I also find that registered total has a significant effect on voter turnout.
df_femint <- df_test %>% group_by(intervention_status) %>%
summarize(female_turnout = sum(turnout_female)) %>%
mutate(intervention_status=fct_reorder(intervention_status,
female_turnout))
df_femint %>% ggplot(aes(intervention_status, female_turnout)) +
geom_col(fill = "black") +
ggtitle("Female Turnout for Intervention(1) and Control Groups(0)") +
ylab("Turn Out") +
xlab("Intervention Status") +
theme_light() +
geom_text(aes(label = female_turnout),
hjust = 1,
color = "skyblue") +
scale_y_continuous(labels = scales::comma_format(),
limits = c(0,800000)) + coord_flip()
This summary gives a net effect of turnout total for towns that had an intervention and those that did not.
fem_int_effect <- df_test %>% group_by(intervention_status,town_id) %>%
summarize(female_turnout = sum(turnout_female)) %>%
pivot_wider(names_from = "intervention_status",
values_from = "female_turnout") %>%
mutate("intervention_effect" = Intervention - No_intervention)

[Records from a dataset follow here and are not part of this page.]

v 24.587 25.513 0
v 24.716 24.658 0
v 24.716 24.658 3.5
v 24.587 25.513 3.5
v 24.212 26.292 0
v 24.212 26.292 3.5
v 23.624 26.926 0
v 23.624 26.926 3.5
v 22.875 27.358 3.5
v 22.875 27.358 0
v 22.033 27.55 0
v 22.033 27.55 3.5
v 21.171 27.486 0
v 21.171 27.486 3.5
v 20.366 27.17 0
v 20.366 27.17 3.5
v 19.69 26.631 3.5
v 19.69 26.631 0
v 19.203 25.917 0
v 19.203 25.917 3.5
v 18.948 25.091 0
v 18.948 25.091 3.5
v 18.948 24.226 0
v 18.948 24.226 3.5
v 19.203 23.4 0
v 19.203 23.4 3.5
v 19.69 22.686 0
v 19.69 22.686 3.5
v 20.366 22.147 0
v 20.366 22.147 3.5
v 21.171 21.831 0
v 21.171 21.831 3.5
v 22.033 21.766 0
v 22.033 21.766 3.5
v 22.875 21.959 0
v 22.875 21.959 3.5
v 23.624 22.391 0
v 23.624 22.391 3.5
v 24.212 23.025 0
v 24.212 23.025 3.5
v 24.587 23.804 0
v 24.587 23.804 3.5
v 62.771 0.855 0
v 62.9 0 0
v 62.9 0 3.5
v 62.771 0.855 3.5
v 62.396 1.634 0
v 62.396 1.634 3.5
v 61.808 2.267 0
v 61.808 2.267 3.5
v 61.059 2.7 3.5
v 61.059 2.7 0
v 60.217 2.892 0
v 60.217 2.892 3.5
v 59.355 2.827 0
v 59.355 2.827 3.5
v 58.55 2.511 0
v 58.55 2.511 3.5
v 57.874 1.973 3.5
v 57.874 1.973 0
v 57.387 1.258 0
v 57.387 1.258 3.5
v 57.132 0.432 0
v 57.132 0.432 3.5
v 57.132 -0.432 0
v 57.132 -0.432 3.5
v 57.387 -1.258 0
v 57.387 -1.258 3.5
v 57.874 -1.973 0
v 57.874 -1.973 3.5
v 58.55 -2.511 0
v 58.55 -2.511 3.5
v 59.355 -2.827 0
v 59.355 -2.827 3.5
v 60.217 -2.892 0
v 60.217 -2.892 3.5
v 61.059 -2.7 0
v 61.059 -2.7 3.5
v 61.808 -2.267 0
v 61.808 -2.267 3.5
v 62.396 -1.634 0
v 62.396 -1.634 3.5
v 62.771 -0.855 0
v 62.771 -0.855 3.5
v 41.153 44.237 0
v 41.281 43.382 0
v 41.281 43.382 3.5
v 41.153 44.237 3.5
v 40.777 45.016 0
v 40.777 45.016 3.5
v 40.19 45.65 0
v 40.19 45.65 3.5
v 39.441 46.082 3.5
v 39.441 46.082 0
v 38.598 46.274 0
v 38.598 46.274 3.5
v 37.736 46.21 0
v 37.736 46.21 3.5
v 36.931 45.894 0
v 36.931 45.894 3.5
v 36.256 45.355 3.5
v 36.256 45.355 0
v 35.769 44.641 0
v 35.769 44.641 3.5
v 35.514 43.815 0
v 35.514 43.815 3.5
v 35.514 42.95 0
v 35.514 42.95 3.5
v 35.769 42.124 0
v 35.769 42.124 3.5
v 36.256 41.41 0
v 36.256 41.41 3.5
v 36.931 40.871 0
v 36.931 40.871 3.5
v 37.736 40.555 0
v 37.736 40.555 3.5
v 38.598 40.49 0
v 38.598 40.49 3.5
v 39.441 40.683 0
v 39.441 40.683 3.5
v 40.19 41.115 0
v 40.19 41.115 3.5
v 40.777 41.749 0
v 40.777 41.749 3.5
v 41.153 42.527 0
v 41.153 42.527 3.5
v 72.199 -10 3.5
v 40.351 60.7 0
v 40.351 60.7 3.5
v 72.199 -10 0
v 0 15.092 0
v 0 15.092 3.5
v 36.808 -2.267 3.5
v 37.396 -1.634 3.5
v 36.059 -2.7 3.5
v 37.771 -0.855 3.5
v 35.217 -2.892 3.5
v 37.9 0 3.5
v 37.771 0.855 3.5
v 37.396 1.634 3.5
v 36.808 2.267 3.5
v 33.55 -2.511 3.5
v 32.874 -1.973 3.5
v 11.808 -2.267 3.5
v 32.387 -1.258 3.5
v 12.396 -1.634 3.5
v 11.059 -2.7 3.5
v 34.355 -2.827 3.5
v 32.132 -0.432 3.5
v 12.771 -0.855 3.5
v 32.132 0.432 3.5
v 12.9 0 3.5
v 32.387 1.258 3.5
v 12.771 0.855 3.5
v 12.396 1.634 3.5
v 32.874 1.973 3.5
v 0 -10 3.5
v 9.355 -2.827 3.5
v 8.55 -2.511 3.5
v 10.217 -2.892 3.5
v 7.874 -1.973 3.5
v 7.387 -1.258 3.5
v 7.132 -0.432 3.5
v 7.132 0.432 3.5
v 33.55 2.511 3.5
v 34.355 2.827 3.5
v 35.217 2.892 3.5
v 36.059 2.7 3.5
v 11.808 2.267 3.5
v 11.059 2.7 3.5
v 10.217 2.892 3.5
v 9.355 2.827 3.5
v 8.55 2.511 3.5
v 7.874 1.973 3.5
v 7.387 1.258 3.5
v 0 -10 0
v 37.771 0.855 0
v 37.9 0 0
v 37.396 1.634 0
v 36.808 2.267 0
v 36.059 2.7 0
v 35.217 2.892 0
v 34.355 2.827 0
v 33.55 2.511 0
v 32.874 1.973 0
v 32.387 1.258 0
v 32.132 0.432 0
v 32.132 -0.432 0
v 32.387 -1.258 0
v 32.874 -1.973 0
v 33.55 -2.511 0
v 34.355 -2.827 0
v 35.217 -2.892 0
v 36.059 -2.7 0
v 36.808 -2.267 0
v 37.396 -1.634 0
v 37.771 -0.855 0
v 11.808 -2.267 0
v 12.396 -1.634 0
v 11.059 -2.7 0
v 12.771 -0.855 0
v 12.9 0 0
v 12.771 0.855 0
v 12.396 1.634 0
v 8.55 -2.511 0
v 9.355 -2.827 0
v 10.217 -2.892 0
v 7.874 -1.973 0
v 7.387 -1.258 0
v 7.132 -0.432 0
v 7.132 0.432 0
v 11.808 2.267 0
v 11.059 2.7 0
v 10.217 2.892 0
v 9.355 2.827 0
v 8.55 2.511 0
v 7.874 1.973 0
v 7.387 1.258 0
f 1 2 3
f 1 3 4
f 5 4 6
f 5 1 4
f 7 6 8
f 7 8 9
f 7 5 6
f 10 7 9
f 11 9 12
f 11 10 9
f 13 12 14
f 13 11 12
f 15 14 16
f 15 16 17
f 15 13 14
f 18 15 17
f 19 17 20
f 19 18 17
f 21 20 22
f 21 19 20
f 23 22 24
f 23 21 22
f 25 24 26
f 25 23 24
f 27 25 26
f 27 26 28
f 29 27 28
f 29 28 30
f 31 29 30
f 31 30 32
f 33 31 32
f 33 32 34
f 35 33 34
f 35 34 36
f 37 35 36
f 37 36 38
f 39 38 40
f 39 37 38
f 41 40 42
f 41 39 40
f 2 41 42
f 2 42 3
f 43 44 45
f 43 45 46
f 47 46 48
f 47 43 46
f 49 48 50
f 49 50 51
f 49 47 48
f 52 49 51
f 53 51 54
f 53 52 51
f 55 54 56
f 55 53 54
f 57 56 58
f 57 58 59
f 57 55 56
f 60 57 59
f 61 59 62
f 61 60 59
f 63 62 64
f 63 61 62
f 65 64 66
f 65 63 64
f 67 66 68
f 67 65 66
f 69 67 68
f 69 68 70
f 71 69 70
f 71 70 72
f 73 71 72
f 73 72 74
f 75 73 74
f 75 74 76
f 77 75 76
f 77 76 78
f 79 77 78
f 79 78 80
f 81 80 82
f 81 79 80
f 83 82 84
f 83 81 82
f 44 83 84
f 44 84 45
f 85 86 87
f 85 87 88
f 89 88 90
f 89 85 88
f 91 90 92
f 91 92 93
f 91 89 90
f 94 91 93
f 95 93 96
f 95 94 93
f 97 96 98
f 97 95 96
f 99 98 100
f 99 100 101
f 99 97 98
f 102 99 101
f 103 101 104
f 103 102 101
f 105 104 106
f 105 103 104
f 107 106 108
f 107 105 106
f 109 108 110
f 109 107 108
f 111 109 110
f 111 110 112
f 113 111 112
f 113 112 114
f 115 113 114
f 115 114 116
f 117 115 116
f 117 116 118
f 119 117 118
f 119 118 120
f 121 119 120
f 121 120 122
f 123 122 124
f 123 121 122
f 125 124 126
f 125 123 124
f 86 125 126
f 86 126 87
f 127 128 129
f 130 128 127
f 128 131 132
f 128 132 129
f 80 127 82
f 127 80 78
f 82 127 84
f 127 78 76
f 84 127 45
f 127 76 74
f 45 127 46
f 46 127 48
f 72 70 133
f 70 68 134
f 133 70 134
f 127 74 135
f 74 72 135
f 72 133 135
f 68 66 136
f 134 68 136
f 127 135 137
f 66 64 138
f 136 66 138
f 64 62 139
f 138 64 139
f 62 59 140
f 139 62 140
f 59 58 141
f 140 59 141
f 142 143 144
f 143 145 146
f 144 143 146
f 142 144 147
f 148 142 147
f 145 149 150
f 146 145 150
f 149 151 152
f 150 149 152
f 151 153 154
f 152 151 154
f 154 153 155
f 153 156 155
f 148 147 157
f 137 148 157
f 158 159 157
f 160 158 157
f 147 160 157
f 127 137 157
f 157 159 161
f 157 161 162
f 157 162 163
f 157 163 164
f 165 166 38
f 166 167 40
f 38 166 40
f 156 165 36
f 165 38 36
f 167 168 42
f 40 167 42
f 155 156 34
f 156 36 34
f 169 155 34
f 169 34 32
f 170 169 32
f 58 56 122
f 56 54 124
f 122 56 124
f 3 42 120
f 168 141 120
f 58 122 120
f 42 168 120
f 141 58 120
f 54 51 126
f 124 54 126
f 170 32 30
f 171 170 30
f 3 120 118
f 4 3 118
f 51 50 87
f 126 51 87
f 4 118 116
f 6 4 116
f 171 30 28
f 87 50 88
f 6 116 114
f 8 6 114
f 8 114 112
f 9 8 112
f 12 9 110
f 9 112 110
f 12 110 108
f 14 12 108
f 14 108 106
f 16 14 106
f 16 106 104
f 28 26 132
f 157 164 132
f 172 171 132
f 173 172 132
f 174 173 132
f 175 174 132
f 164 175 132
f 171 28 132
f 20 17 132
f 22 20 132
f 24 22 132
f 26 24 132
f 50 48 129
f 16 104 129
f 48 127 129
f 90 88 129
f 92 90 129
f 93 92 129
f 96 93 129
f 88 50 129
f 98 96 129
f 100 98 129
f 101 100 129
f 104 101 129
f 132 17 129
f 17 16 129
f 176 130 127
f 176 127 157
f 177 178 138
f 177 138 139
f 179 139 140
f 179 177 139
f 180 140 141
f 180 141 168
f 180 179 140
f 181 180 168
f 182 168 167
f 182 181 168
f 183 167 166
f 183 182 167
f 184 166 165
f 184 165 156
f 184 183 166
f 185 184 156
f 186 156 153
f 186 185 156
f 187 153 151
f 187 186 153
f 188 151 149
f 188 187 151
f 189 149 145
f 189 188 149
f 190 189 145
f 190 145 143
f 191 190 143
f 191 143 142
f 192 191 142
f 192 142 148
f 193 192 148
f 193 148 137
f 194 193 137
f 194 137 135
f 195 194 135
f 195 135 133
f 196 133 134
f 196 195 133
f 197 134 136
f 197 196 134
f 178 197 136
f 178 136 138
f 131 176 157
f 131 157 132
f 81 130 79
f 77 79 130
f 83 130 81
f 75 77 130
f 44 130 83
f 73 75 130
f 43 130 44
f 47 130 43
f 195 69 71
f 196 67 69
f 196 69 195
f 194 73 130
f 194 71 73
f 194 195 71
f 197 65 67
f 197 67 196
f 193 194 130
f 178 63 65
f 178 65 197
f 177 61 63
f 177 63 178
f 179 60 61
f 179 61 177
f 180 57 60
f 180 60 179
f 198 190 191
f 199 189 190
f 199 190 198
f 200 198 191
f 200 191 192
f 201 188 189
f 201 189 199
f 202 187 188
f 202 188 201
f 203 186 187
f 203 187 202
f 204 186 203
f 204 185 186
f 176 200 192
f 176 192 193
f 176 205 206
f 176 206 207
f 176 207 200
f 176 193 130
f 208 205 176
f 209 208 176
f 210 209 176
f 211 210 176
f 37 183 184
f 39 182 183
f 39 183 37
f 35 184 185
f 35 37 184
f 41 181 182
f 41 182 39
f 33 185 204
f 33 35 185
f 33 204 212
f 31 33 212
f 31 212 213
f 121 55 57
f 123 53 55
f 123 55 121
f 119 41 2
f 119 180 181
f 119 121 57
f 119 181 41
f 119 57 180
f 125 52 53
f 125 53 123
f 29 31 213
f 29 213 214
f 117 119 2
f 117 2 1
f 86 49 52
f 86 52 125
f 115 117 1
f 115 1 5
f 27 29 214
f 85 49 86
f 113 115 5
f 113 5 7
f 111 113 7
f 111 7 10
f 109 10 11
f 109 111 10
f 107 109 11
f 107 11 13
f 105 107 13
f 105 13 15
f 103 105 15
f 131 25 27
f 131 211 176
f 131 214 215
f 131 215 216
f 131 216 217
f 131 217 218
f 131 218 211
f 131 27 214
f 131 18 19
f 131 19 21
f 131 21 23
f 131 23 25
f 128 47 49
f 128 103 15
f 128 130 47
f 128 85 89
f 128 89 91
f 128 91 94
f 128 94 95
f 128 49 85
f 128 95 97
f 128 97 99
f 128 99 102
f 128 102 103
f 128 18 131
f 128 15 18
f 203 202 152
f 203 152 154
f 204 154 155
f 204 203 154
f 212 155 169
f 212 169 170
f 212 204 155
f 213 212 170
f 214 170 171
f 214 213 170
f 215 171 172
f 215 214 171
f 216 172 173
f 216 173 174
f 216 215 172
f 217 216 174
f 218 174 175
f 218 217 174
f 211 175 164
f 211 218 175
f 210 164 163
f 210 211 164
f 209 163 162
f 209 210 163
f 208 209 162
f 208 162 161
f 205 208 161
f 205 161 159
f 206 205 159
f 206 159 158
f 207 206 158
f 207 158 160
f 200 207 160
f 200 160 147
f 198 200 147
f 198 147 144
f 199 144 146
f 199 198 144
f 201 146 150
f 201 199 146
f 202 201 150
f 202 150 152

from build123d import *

# Parameters (mm, degrees)
SKETCH_R  = 2.9
PAD_DEPTH = 3.5


with BuildPart() as part:
    # Sketch → Pad (new body)
    with BuildSketch(Plane.XY):
        Polygon((0, -10), (0, 15.091605), (40.351065, 60.700187), (72.199177, -10), align=None)
        with Locations((21.815896, 24.658385)):
            Circle(SKETCH_R, mode=Mode.SUBTRACT)
        with Locations((38.381398, 43.382278)):
            Circle(SKETCH_R, mode=Mode.SUBTRACT)
        with Locations((60, 0)):
            Circle(SKETCH_R, mode=Mode.SUBTRACT)
        with Locations((35, 0)):
            Circle(SKETCH_R, mode=Mode.SUBTRACT)
        with Locations((10, 0)):
            Circle(SKETCH_R, mode=Mode.SUBTRACT)
    extrude(amount=PAD_DEPTH)


solid = part.part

fem_int_effect %>% arrange(desc(intervention_effect)) %>%
kbl() %>%
kable_styling()
| town_id | No_intervention | Intervention | intervention_effect |
|---|---|---|---|
| 199 | 26514 | 30661 | 4147 |
| 190 | 24952 | 28091 | 3139 |
| 208 | 31185 | 34062 | 2877 |
| 211 | 25396 | 27852 | 2456 |
| 235 | 23584 | 25930 | 2346 |
| 173 | 22067 | 24385 | 2318 |
| 201 | 27214 | 29412 | 2198 |
| 193 | 24249 | 26414 | 2165 |
| 200 | 28160 | 29975 | 1815 |
| 213 | 28494 | 30017 | 1523 |
| 212 | 27519 | 28880 | 1361 |
| 177 | 26535 | 27810 | 1275 |
| 239 | 26921 | 28042 | 1121 |
| 197 | 28942 | 30004 | 1062 |
| 236 | 27926 | 28770 | 844 |
| 176 | 27193 | 27936 | 743 |
| 195 | 20587 | 21321 | 734 |
| 237 | 26721 | 27274 | 553 |
| 192 | 25335 | 25387 | 52 |
| 238 | 22695 | 22641 | -54 |
| 191 | 30362 | 29568 | -794 |
| 175 | 29153 | 27987 | -1166 |
| 196 | 29759 | 28175 | -1584 |
| 198 | 26363 | 24361 | -2002 |
| 171 | 25591 | 23367 | -2224 |
| 172 | 35455 | 32943 | -2512 |
| 210 | 28773 | 26108 | -2665 |
fem_int_effect %>% ggplot(aes(intervention_effect,town_id)) +
geom_col(fill = "black") +
ggtitle("Net effect in voter turnout") +
labs(subtitle = "Data for the different towns") +
theme_minimal() + ylab("Town ID") +
xlab("Intervention Effect") +
scale_x_continuous(labels = scales::comma_format())
Towns with a net negative effect indicate that intervention did not yield an increased voter turnout.
I want to know how many towns benefited from increased voter turnout due to intervention.
I classify the intervention_effect variable as positive for numbers greater than 0 and negative for numbers less than 0.
fem_int_effect$sign_effect <- dplyr::case_when(
fem_int_effect$intervention_effect < 0 ~ "Negative",
fem_int_effect$intervention_effect > 0 ~ "Positive")
fem_int_effect %>% ggplot(aes(sign_effect)) +
geom_bar(fill = "black") +
ggtitle("In how many towns do we have a positive effect after intervention?") +
labs(subtitle = "Female Turnout") +
theme_minimal() +
ylab("Town ID") +
geom_text(aes(label = ..count..),
stat = "count",
hjust = 1.5, colour = "white") +
xlab("Intervention Effect") +
scale_y_continuous(limits = c(0,20)) +
coord_flip()
There were more towns with a positive effect from intervention compared to those with a negative effect. Hence, I can go on to conclude that Intervention has a significant effect on voter turnout.